COBIT 5’s emphasis on holistic efficiency aligns with the crux of data governance—data is omnipresent, forming the bedrock of decisions. EIIG epitomizes this holistic approach through automated governance processes, data policy enforcement, quality augmentation, role assignments, collaboration facilitation, audit trails, trust assurance in BI reporting, and more. This comprehensive embrace advances COBIT’s overarching goal of value creation.

Separating Governance from Management

COBIT’s differentiation of governance from management underscores governance’s fundamental role. COBIT 5 separates the governance from management by proposing EDM (evaluate, direct, and monitor) for governance and PBRM (plan, build, run, and monitor) for management. EDM ensures that the needs of stakeholders’ objectives are evaluated, directed by prioritization, and monitored for performance. On the other hand, PBRM ensures and monitors the activities that are described in governance.

In the data arena, then, governance focuses policies, rules, regulations—dictated by stakeholders’ needs, business priorities, and regulatory regime– that guide how data is used while management puts more emphasis on the technical aspects of collecting, processing, integrating, and storing data in compliance with the guidelines set up by data governance.

EIIG Improves Data Governance

EIIG resonates with this principle by operationalizing data governance. It enables agile and automated processes to govern data flows across the enterprise.

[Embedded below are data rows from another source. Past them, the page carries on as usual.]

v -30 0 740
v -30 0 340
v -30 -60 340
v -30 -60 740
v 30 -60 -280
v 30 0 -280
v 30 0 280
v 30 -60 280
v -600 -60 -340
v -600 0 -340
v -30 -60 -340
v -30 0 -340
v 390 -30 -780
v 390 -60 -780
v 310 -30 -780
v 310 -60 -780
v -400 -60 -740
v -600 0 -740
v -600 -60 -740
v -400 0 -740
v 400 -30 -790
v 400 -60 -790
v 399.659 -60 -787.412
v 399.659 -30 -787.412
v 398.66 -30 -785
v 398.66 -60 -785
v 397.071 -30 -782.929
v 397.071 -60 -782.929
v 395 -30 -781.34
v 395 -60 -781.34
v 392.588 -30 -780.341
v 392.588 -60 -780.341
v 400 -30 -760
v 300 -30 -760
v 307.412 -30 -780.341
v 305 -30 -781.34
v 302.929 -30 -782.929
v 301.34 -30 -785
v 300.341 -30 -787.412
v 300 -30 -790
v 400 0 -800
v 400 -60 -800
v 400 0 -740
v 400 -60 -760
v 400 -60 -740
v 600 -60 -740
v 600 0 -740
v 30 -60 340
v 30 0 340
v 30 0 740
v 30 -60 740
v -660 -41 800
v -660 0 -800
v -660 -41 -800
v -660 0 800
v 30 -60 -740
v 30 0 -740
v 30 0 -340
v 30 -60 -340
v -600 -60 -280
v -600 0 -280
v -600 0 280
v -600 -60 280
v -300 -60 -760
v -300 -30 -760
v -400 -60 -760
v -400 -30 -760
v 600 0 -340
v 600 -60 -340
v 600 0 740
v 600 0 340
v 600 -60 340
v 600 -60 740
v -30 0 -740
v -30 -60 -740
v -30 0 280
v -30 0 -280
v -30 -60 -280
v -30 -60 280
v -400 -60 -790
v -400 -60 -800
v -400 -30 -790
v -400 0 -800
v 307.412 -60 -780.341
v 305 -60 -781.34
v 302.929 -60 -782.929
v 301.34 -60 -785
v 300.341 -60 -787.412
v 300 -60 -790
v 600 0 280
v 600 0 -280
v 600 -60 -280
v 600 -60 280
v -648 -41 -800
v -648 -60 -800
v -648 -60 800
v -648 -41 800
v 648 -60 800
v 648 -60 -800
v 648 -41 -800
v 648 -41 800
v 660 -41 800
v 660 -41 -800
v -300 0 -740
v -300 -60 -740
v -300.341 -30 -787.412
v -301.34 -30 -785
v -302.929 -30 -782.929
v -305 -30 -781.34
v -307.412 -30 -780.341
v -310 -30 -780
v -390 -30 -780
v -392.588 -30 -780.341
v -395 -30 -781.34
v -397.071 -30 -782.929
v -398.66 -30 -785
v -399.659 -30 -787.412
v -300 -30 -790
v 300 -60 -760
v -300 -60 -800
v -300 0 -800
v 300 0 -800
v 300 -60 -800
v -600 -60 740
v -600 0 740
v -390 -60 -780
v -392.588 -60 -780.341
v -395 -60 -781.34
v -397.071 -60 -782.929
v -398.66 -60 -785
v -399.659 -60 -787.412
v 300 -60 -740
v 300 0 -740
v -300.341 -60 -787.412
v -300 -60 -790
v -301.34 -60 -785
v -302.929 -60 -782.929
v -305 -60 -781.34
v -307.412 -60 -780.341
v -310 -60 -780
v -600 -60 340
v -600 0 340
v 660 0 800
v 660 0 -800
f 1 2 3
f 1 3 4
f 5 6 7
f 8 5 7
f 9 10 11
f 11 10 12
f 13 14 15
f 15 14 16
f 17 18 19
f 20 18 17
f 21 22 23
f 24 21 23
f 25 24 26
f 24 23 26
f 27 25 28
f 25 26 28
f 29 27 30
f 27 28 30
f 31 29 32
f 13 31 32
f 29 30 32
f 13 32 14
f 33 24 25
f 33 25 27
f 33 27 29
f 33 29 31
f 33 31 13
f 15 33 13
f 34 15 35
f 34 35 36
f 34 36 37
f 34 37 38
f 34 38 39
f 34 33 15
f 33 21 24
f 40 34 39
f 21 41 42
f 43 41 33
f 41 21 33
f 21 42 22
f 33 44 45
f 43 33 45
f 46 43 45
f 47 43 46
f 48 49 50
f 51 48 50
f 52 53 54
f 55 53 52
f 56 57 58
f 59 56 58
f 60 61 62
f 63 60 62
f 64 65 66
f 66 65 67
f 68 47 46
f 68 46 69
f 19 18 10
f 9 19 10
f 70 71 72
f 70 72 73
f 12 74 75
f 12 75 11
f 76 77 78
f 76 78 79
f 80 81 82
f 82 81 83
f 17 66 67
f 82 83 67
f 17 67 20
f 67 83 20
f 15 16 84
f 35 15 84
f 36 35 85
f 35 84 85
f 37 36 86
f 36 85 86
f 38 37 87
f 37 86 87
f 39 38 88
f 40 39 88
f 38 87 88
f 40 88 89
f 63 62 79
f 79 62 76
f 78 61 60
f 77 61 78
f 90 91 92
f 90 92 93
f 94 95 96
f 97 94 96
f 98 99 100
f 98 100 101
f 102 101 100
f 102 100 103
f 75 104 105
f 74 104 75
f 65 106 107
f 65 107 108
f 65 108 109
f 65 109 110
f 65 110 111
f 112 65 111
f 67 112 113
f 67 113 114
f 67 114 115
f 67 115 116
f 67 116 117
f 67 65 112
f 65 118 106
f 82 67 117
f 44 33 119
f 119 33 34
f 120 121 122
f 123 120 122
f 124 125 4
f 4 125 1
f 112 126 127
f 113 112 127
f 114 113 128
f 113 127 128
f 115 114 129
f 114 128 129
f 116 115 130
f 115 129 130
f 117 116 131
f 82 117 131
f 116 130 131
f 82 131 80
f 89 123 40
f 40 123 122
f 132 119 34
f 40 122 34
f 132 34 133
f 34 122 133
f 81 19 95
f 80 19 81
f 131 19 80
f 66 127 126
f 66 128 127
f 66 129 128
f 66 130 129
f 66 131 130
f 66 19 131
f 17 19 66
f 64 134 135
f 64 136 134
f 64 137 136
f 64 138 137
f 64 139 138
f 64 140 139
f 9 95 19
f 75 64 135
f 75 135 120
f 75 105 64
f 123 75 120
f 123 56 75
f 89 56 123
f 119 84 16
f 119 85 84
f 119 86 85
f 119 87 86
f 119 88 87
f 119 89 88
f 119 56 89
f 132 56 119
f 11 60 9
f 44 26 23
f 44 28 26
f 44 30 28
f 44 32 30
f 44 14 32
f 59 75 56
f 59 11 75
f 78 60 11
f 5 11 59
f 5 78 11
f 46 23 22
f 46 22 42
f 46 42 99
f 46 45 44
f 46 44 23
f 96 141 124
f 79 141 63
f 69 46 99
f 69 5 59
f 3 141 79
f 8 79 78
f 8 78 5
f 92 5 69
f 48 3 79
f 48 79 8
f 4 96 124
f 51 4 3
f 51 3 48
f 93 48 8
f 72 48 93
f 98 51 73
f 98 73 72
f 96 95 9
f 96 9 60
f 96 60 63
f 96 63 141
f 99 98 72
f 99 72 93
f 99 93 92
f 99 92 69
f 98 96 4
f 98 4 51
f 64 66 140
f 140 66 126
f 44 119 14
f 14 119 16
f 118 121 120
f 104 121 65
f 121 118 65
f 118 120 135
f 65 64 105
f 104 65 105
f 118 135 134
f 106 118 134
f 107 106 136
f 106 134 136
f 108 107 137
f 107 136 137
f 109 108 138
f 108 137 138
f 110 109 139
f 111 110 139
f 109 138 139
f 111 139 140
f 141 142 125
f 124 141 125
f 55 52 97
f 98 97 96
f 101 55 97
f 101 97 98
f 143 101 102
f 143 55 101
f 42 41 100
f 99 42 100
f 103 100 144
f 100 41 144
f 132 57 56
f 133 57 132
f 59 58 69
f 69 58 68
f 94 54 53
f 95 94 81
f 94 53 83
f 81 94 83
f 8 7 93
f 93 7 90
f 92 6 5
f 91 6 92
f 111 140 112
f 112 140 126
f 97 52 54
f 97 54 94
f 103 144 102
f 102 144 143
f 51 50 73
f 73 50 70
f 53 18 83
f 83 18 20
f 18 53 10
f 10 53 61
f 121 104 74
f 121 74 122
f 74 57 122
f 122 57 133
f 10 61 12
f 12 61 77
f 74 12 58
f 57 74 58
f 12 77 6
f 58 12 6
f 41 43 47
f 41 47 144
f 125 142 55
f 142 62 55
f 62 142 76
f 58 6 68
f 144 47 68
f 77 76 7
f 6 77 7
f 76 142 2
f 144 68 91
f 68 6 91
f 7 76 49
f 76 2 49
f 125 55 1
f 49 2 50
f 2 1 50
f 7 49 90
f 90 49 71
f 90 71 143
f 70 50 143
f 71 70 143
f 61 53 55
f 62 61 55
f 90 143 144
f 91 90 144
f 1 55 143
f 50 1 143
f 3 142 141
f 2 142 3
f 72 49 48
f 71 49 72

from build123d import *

# Parameters (mm, degrees)
F0_W      = 1320
F0_H      = 1600
F0_W_2    = 570
F0_H_2    = 400
F0_H_3    = 560
F1_DEPTH  = 60
F2_W      = 12
F2_H      = 1600
F3_DEPTH  = 19
F5_DEPTH  = 60
F6_W      = 100
F6_H      = 60
F7_DEPTH  = 30
F8_W      = 100
F8_H      = 20
F9_DEPTH  = 30
F10_W     = 100
F10_H     = 20
F11_DEPTH = 30


with BuildPart() as f1:
    # F0 (on Front) → F1 (new body)
    with BuildSketch(Plane.XZ):
        Rectangle(F0_W, F0_H)
        with Locations((-315, -540)):
            Rectangle(F0_W_2, F0_H_2, mode=Mode.SUBTRACT)
        with Locations((315, -540)):
            Rectangle(F0_W_2, F0_H_2, mode=Mode.SUBTRACT)
        with Locations((-315, 0)):
            Rectangle(F0_W_2, F0_H_3, mode=Mode.SUBTRACT)
        with Locations((-315, 540)):
            Rectangle(F0_W_2, F0_H_2, mode=Mode.SUBTRACT)
        with Locations((315, 0)):
            Rectangle(F0_W_2, F0_H_3, mode=Mode.SUBTRACT)
        with Locations((315, 540)):
            Rectangle(F0_W_2, F0_H_2, mode=Mode.SUBTRACT)
    extrude(amount=F1_DEPTH)

    # F2 (on face) → F3 (cut)
    with BuildSketch(Plane.XZ.offset(60)):
        with Locations((-654, 0)):
            Rectangle(F2_W, F2_H)
        with Locations((654, 0)):
            Rectangle(F2_W, F2_H)
    extrude(amount=-F3_DEPTH, mode=Mode.SUBTRACT)

    # F4 (on face) → F5 (cut)
    with BuildSketch(Plane.XZ.offset(60)):
        with BuildLine():
            Line((-400, -790), (-400, -800))
            Line((-400, -800), (-300, -800))
            Line((-300, -800), (-300, -790))
            ThreePointArc((-300, -790), (-302.928932, -782.928932), (-310, -780))
            Line((-310, -780), (-390, -780))
            ThreePointArc((-390, -780), (-397.071068, -782.928932), (-400, -790))
        make_face()
        with BuildLine():
            Line((300, -790), (300, -800))
            Line((300, -800), (400, -800))
            Line((400, -800), (400, -790))
            ThreePointArc((400, -790), (397.071068, -782.928932), (390, -780))
            Line((390, -780), (310, -780))
            ThreePointArc((310, -780), (302.928932, -782.928932), (300, -790))
        make_face()
    extrude(amount=-F5_DEPTH, mode=Mode.SUBTRACT)

    # F6 (on face) → F7 (cut)
    with BuildSketch(Plane(origin=(0, 0, 0), x_dir=(-1, 0, 0), z_dir=(0, 1, 0))):
        with Locations((-350, -770)):
            Rectangle(F6_W, F6_H)
        with Locations((350, -770)):
            Rectangle(F6_W, F6_H)
    extrude(amount=-F7_DEPTH, mode=Mode.SUBTRACT)

    # F8 (on face) → F9 (cut)
    with BuildSketch(Plane(origin=(0, -30, 0), x_dir=(-1, 0, 0), z_dir=(0, 1, 0))):
        with Locations((-350, -750)):
            Rectangle(F8_W, F8_H)
    extrude(amount=-F9_DEPTH, mode=Mode.SUBTRACT)

    # F10 (on face) → F11 (cut)
    with BuildSketch(Plane(origin=(0, -30, 0), x_dir=(-1, 0, 0), z_dir=(0, 1, 0))):
        with Locations((350, -750)):
            Rectangle(F10_W, F10_H)
    extrude(amount=-F11_DEPTH, mode=Mode.SUBTRACT)


solid = f1.part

By elevating data governance in tandem with IT governance and enterprise governance, EIIG empowers COBIT 5’s aim to distinguish governance from management, enriching its organizational significance.

In conclusion, EIIG—a self-defined data fabric and next-generation data governance platform—profoundly aligns with COBIT 5’s core principles. In the context of EGIT, EIIG empowers organizations to enhance regulatory compliance, amplify productivity, mitigate risks, foster innovation, and truly embrace data-driven strategies. The synergy between COBIT’s enterprise governance and EIIG’s data governance yields a harmonious blend that resonates with the dynamic demands of contemporary business landscapes.